Notice Period as Relationship Management
Am I really expected to give two weeks or more advance notice in this situation?
In the United States and under at-will employment, in most jobs you are not legally obligated to give notice. However, you should look at this as a relationship-management issue rather than a legal one.
Here are some things that resigning without notice will usually lose you:
- A good reference.
- The opportunity to list the job on your resume as a success story.
- The goodwill of your direct managers and coworkers.
- The confidence of your new employer (assuming you have one already lined up) that you won't do the same thing to them.

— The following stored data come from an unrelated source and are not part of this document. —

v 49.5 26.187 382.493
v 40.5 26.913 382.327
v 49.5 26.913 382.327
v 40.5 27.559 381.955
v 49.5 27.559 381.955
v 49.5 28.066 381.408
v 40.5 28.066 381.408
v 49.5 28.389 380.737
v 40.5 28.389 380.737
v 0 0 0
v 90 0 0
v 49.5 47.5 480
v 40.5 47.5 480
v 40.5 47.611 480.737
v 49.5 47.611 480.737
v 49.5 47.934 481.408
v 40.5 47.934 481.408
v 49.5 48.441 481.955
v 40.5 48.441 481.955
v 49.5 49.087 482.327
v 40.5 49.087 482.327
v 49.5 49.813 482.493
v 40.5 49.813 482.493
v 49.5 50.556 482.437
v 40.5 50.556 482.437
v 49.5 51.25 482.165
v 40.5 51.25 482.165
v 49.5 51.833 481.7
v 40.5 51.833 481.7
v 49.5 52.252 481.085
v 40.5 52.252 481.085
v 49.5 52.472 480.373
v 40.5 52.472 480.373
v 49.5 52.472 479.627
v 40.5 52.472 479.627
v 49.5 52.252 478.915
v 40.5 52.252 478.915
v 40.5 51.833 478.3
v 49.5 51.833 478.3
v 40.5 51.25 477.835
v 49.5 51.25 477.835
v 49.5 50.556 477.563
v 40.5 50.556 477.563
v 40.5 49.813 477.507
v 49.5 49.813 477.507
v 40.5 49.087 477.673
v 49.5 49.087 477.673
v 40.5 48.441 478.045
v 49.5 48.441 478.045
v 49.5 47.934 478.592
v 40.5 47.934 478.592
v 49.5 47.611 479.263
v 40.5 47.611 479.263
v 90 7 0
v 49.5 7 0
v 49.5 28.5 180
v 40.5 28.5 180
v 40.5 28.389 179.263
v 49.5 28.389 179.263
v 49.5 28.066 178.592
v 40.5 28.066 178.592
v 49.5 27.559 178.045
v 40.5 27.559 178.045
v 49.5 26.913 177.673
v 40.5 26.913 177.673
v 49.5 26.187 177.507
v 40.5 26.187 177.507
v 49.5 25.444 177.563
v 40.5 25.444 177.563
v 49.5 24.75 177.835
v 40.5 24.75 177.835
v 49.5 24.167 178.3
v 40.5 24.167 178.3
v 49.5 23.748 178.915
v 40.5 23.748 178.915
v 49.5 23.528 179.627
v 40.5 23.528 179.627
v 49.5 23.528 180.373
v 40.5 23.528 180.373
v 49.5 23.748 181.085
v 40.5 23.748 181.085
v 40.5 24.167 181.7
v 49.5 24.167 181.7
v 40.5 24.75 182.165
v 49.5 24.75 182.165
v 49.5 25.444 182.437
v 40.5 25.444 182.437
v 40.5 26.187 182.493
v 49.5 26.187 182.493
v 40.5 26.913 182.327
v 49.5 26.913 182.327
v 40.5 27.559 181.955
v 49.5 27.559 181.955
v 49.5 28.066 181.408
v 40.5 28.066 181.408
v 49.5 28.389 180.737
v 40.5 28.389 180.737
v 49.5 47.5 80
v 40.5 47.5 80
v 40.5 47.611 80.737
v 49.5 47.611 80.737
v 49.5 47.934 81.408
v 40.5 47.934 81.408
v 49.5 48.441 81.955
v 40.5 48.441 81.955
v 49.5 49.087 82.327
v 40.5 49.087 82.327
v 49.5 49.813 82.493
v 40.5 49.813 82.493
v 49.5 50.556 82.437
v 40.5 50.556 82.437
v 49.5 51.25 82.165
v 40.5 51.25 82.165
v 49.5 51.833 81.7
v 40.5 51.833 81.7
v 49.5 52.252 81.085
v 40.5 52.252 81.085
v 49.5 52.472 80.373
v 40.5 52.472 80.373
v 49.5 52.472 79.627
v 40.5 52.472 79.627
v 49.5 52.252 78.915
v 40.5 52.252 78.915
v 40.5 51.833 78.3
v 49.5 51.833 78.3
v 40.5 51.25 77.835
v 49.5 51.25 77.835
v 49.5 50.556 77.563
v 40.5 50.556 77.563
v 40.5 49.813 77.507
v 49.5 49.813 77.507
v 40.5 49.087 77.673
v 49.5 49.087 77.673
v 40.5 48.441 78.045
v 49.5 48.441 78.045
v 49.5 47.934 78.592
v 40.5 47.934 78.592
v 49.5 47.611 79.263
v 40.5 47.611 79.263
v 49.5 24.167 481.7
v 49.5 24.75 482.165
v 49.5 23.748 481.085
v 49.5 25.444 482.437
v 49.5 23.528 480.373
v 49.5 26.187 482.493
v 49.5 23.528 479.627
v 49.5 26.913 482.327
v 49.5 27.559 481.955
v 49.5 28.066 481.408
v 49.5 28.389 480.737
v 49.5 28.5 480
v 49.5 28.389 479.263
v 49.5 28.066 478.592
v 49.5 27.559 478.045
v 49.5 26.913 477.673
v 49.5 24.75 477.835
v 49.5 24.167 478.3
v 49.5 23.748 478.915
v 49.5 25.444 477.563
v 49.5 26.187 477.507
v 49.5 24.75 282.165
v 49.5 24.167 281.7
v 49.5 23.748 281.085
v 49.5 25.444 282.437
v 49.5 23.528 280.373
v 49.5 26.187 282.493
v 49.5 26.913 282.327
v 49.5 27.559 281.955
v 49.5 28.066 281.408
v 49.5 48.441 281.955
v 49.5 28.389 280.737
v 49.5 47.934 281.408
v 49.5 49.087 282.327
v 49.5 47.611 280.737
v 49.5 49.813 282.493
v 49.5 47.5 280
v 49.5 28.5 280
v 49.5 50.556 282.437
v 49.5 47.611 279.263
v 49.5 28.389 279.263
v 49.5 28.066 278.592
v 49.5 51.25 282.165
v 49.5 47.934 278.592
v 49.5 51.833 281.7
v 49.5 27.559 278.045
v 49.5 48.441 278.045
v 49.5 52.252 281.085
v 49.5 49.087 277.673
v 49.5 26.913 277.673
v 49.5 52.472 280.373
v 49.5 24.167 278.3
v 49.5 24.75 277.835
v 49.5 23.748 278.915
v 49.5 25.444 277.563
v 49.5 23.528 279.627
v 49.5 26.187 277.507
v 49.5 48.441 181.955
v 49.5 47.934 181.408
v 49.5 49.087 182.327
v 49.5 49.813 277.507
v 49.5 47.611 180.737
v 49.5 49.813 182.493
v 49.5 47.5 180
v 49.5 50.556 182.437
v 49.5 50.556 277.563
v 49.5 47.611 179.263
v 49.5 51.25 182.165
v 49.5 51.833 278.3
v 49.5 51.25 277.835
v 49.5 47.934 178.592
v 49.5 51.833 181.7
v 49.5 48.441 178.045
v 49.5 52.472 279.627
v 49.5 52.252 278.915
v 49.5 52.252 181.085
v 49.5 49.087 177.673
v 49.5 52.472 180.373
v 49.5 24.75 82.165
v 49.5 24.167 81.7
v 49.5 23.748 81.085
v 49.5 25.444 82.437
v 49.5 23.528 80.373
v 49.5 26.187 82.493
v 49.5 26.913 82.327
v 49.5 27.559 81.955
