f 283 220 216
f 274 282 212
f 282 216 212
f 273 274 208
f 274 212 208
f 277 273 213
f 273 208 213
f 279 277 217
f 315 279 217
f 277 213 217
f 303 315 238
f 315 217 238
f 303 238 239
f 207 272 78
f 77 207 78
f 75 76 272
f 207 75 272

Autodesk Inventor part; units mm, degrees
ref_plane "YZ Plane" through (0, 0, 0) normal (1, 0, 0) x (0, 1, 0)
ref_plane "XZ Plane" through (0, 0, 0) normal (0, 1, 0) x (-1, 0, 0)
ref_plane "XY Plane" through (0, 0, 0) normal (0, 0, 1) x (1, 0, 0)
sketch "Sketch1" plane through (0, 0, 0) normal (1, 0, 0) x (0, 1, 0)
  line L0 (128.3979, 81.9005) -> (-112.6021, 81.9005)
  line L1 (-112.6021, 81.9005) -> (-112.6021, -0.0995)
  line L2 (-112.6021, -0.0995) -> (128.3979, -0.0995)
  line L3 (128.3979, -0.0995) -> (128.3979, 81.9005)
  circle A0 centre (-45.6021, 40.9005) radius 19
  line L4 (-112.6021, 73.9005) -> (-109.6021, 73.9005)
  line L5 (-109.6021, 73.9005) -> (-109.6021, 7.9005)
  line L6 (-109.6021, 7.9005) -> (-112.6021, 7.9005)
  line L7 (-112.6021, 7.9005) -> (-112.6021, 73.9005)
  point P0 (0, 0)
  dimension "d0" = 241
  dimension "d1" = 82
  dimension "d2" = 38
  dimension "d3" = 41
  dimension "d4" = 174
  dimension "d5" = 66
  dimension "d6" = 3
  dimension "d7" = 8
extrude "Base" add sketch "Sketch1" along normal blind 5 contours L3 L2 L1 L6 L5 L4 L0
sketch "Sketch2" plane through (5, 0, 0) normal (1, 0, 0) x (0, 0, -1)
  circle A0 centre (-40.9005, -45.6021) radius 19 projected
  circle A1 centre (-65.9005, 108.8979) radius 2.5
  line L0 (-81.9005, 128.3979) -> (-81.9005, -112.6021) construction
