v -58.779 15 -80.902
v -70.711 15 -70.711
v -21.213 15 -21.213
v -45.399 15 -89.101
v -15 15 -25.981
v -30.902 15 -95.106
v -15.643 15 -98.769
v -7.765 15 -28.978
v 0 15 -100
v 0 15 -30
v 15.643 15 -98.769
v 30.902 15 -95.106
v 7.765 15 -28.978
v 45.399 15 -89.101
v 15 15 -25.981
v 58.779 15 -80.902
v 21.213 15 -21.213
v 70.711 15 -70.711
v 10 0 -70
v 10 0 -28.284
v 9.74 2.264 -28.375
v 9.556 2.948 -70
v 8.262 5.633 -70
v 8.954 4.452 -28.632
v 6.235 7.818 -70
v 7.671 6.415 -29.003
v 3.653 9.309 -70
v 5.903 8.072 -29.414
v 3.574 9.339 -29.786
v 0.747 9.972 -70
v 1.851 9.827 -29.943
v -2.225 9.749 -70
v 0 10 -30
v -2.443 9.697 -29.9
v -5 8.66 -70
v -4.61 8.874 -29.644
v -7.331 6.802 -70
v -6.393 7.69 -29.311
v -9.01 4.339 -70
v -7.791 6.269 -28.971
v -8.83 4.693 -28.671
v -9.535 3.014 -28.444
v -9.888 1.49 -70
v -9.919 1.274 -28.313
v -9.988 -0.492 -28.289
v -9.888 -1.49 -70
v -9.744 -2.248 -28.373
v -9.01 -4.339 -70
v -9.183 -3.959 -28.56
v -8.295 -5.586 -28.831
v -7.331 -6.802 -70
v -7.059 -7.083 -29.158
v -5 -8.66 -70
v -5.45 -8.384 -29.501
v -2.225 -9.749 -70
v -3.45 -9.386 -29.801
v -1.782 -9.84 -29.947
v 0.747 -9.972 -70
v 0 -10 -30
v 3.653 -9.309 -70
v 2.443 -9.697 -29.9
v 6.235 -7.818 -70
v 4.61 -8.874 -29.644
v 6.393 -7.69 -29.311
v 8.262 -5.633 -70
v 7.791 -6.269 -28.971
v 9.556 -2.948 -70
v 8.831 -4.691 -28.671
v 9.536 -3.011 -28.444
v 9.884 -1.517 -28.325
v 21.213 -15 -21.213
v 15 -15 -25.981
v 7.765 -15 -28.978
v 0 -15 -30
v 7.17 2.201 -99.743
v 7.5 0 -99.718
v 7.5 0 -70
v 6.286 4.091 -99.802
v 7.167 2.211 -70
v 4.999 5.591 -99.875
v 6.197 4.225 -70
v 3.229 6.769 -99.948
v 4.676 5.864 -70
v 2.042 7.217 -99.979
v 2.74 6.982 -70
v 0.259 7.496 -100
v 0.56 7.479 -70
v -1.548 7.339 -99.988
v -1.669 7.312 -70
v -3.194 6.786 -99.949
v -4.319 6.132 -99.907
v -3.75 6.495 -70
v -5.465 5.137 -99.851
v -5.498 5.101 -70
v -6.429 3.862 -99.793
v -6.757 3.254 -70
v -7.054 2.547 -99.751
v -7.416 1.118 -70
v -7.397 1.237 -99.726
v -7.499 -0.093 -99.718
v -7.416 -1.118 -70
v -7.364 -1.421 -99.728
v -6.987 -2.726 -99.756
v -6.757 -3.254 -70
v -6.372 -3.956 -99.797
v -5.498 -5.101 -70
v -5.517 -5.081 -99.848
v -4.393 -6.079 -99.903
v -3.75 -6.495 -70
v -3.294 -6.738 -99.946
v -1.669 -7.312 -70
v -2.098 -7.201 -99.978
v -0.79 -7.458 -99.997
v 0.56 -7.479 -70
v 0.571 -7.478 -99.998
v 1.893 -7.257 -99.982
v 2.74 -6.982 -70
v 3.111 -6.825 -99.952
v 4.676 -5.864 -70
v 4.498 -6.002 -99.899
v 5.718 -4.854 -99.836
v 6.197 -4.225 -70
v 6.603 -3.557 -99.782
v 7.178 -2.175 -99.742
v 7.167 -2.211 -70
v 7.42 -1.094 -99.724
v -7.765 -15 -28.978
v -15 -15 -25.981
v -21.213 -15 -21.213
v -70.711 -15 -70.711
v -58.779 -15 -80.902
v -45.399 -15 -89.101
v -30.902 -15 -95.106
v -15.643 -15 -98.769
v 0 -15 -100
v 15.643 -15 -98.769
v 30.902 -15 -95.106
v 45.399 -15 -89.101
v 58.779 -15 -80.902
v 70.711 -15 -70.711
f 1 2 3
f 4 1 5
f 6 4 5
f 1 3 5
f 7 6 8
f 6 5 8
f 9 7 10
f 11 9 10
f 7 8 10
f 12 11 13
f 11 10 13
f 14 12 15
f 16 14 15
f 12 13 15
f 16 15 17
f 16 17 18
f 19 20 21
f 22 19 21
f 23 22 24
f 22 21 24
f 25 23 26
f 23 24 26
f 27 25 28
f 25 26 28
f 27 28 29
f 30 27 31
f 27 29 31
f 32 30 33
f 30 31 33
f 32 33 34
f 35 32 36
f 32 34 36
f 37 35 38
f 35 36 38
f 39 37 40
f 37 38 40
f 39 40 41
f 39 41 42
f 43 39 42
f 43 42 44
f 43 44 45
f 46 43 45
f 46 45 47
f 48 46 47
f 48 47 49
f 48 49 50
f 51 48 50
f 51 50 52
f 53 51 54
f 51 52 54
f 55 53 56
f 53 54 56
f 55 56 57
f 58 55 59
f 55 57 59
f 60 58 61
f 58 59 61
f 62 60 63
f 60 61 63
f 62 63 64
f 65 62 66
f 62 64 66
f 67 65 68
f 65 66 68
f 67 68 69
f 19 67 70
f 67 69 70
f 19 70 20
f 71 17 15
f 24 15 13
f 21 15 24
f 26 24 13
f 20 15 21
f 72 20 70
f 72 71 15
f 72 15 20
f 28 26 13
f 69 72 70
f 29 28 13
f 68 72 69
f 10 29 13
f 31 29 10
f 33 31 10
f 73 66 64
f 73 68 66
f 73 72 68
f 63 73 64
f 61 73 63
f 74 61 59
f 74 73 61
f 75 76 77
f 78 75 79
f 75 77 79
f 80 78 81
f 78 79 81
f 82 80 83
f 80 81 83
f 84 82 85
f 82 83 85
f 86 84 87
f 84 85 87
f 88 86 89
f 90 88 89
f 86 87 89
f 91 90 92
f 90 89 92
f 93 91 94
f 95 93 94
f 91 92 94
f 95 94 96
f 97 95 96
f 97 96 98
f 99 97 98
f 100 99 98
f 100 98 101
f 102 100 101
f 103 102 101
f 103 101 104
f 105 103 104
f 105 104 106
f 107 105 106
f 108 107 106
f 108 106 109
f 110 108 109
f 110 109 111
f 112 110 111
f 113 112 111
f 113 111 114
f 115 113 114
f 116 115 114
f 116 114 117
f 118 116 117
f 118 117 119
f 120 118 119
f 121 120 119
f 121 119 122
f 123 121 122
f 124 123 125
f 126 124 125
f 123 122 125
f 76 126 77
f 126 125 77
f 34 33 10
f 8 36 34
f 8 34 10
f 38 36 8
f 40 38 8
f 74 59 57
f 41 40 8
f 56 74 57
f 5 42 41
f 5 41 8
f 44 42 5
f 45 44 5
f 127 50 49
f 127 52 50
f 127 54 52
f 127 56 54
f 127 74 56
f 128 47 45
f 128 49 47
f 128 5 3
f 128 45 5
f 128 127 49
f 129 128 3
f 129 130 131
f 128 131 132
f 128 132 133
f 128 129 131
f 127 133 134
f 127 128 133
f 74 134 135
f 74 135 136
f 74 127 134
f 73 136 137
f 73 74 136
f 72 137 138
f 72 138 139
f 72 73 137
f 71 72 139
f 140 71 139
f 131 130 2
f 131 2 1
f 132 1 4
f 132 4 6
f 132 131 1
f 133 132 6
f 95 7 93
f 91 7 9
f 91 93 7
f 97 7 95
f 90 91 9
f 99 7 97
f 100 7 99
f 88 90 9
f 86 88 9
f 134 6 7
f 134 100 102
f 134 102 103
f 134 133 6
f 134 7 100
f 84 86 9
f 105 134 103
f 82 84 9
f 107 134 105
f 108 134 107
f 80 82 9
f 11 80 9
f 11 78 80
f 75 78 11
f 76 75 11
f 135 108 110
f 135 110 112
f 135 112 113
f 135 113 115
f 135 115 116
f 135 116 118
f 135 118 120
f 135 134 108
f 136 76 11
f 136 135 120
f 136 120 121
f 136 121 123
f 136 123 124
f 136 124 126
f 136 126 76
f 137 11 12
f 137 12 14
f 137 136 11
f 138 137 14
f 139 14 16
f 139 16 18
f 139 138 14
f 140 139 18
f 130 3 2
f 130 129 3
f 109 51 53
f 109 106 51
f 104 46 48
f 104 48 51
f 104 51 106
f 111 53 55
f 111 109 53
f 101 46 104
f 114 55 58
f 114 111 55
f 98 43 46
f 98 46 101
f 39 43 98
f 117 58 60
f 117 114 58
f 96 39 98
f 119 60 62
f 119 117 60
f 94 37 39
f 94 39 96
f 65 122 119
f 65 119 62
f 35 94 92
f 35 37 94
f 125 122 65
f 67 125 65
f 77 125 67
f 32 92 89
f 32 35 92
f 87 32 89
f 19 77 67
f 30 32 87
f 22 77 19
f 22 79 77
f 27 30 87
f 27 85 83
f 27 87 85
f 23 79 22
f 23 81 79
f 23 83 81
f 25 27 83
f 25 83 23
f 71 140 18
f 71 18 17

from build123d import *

# Parameters (mm, degrees)
F1_DEPTH = 15
F2_R     = 7.5
F3_DEPTH = 105.450168252
F4_R     = 10
F5_DEPTH = 70


with BuildPart() as f1:
    # F0 (on Front) → F1 (new body, symmetric)
    with BuildSketch(Plane.XZ):
        with BuildLine():
            Line((-21.2132034356, -21.2132034356), (-70.7106781187, -70.7106781187))
            ThreePointArc((-70.7106781187, -70.7106781187), (-38.2683432365, -92.3879532511), (0, -100))
            Line((0, -100), (0, -30))
            ThreePointArc((0, -30), (-11.480502971, -27.7163859753), (-21.2132034356, -21.2132034356))
        make_face()
        with BuildLine():
            Line((0, -30), (0, -100))
            ThreePointArc((0, -100), (38.2683432365, -92.3879532511), (70.7106781187, -70.7106781187))
            Line((70.7106781187, -70.7106781187), (21.2132034356, -21.2132034356))
            ThreePointArc((21.2132034356, -21.2132034356), (11.480502971, -27.7163859753), (0, -30))
        make_face()
    extrude(amount=F1_DEPTH, both=True)

    # F2 (on Top) → F3 (cut)
    with BuildSketch(Plane.XY):
        Circle(F2_R)
    extrude(amount=-F3_DEPTH, mode=Mode.SUBTRACT)

    # F4 (on Top) → F5 (cut)
    with BuildSketch(Plane.XY):
        Circle(F4_R)
    extrude(amount=-F5_DEPTH, mode=Mode.SUBTRACT)


solid = f1.part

Of course, if you don't need those things, or will not receive them anyway, then there's nothing really stopping you from saying that today is your last day. That doesn't mean that it's generally a good idea, though. Even though there is generally a power imbalance in the employer/employee relationship, companies are made up of people. Leaving a job on the best terms possible can yield surprising dividends years later, especially if you're working in a relatively small field like I.T. or want to trade on your personal brand within your industry.
You'll need to decide for yourself whether it's in your own long-term interests to give notice or not. Usually it is, but occasionally it isn't. I'd certainly advise you to take the long view unless you have overriding considerations in play, and to treat your notice period as an exercise in relationship management. Preserving options for the future rarely has a downside, but your mileage may vary.